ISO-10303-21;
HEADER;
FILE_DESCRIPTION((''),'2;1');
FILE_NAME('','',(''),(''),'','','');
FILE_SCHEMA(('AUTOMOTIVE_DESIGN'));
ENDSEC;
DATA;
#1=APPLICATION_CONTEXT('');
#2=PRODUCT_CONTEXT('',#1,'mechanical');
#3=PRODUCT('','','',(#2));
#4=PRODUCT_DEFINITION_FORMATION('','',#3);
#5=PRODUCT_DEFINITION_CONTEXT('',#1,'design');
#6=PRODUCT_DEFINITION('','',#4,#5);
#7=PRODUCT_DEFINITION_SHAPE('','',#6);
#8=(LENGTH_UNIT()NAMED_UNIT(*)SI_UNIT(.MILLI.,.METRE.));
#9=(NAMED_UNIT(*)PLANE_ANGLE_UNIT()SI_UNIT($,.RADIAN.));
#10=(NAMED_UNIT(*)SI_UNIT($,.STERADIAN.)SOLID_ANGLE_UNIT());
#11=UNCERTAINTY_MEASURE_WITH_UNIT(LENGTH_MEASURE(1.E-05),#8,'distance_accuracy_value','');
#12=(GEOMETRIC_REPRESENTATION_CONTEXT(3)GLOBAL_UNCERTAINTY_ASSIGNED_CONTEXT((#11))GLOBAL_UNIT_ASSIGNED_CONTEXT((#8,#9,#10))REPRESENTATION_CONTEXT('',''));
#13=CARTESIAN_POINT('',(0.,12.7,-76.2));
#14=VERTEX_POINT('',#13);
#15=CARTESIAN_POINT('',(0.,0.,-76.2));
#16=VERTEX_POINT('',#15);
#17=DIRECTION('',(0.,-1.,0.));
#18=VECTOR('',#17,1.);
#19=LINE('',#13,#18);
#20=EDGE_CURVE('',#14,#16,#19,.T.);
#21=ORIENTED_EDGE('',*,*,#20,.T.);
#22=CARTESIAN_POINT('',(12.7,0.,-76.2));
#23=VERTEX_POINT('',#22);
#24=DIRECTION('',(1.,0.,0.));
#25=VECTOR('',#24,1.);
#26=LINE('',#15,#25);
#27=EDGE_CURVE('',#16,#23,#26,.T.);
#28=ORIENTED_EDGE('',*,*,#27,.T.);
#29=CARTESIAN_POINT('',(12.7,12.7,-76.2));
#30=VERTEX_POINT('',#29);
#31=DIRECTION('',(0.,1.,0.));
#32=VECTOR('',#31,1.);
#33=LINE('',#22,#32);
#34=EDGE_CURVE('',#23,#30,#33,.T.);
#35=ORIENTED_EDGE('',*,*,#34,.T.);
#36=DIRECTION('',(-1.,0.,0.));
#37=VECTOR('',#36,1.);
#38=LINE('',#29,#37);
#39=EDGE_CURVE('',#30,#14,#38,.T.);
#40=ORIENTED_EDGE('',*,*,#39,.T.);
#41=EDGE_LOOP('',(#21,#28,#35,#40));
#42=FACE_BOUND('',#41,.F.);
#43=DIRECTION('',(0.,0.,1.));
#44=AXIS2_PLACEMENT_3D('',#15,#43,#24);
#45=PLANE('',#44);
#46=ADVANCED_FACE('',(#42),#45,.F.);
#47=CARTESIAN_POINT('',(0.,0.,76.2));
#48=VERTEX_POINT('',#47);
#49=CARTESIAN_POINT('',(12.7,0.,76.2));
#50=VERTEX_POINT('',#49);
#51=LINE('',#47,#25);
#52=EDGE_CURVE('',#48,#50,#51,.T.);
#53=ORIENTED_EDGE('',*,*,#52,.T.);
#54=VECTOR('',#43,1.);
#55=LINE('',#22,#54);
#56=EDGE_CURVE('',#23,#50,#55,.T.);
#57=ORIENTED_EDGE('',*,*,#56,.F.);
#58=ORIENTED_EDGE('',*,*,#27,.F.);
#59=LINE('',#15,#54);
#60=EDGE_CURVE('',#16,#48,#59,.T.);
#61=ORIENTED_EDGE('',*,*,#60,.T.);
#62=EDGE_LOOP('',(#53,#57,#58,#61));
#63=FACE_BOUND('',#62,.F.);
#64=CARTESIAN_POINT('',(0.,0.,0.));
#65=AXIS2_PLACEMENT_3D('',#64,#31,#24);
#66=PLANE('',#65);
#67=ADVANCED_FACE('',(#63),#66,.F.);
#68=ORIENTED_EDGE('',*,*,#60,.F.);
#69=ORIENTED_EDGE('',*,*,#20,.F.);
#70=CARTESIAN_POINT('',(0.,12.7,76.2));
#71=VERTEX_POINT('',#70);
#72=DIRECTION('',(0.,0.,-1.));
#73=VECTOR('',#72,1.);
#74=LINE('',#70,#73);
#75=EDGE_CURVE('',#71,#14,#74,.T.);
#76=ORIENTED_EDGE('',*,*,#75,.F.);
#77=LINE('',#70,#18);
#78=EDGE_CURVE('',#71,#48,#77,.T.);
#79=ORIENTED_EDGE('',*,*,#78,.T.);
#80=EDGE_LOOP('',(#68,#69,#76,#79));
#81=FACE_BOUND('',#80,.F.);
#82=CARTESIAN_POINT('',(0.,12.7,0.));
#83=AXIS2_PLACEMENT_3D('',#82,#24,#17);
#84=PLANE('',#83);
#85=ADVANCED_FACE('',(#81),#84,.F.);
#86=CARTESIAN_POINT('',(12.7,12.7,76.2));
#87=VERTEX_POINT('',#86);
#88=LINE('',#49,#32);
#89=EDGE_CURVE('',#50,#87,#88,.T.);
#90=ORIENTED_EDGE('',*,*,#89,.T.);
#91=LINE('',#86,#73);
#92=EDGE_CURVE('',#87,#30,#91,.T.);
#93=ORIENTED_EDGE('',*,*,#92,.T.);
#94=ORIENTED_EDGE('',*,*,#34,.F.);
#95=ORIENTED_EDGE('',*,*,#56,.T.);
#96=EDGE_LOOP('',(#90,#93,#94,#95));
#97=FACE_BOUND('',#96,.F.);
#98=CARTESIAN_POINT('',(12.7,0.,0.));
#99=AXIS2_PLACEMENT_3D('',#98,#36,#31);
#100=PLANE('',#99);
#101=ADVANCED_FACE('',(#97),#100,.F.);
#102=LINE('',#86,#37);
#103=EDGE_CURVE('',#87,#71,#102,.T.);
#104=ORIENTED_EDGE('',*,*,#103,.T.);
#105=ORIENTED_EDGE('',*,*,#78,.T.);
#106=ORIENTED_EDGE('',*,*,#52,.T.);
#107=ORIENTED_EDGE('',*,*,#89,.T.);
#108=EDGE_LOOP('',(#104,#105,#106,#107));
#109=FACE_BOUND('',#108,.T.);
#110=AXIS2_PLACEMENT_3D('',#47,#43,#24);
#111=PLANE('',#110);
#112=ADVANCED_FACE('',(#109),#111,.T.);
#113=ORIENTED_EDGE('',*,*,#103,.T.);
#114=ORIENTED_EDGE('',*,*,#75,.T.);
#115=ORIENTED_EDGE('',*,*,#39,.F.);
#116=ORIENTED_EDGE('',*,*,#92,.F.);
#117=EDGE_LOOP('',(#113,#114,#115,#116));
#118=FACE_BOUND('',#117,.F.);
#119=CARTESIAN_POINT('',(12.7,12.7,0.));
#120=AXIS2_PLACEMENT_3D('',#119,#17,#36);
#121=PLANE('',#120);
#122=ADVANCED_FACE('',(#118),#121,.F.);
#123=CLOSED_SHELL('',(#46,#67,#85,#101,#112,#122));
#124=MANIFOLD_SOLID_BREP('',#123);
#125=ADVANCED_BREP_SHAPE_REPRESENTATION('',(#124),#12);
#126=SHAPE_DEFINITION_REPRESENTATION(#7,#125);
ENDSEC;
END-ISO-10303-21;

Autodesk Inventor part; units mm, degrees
ref_plane "YZ Plane" through (0, 0, 0) normal (1, 0, 0) x (0, 1, 0)
ref_plane "XZ Plane" through (0, 0, 0) normal (0, 1, 0) x (-1, 0, 0)
ref_plane "XY Plane" through (0, 0, 0) normal (0, 0, 1) x (1, 0, 0)
sketch "Sketch1" plane through (0, 0, 0) normal (0, 0, 1) x (1, 0, 0)
  line L0 (0, 0) -> (12.7, 0)
  line L1 (12.7, 0) -> (12.7, 12.7)
  line L2 (12.7, 12.7) -> (0, 12.7)
  line L3 (0, 12.7) -> (0, 0)
  dimension "d0" = 12.7
  dimension "d1" = 12.7
extrude "Extrusion1" add sketch "Sketch1" along normal mid plane 152.4
ref_plane "Work Plane2" through (0, 0, 0) normal (0, 0, 1) x (1, 0, 0)
sketch "Sketch2" plane through (0, 12.7, -76.2) normal (0, 1, 0) x (1, 0, 0)
  circle A0 centre (-130.048, 127) radius 273.05 construction
  line L0 (12.7, -152.4) -> (0, -152.4) projected
  line L1 (0, 0) -> (0, -152.4) projected
  circle A1 centre (-130.048, 127) radius 273.05
  circle A2 centre (-130.048, 127) radius 457.3654
  point P0 (0, -76.2)
  dimension "d4" = 546.1
  dimension "d5" = 279.4
  dimension "d6" = 130.048
properties part number "CAR_009_PoplarCenterLongBrace" material "Wood (Birch)"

- _Task prompt_:
Return, word for word, every line from the top of the entries down to the line that holds "#3=PRODUCT('','','',(#2));", both included.

- _Task result_:
ISO-10303-21;
HEADER;
FILE_DESCRIPTION((''),'2;1');
FILE_NAME('','',(''),(''),'','','');
FILE_SCHEMA(('AUTOMOTIVE_DESIGN'));
ENDSEC;
DATA;
#1=APPLICATION_CONTEXT('');
#2=PRODUCT_CONTEXT('',#1,'mechanical');
#3=PRODUCT('','','',(#2));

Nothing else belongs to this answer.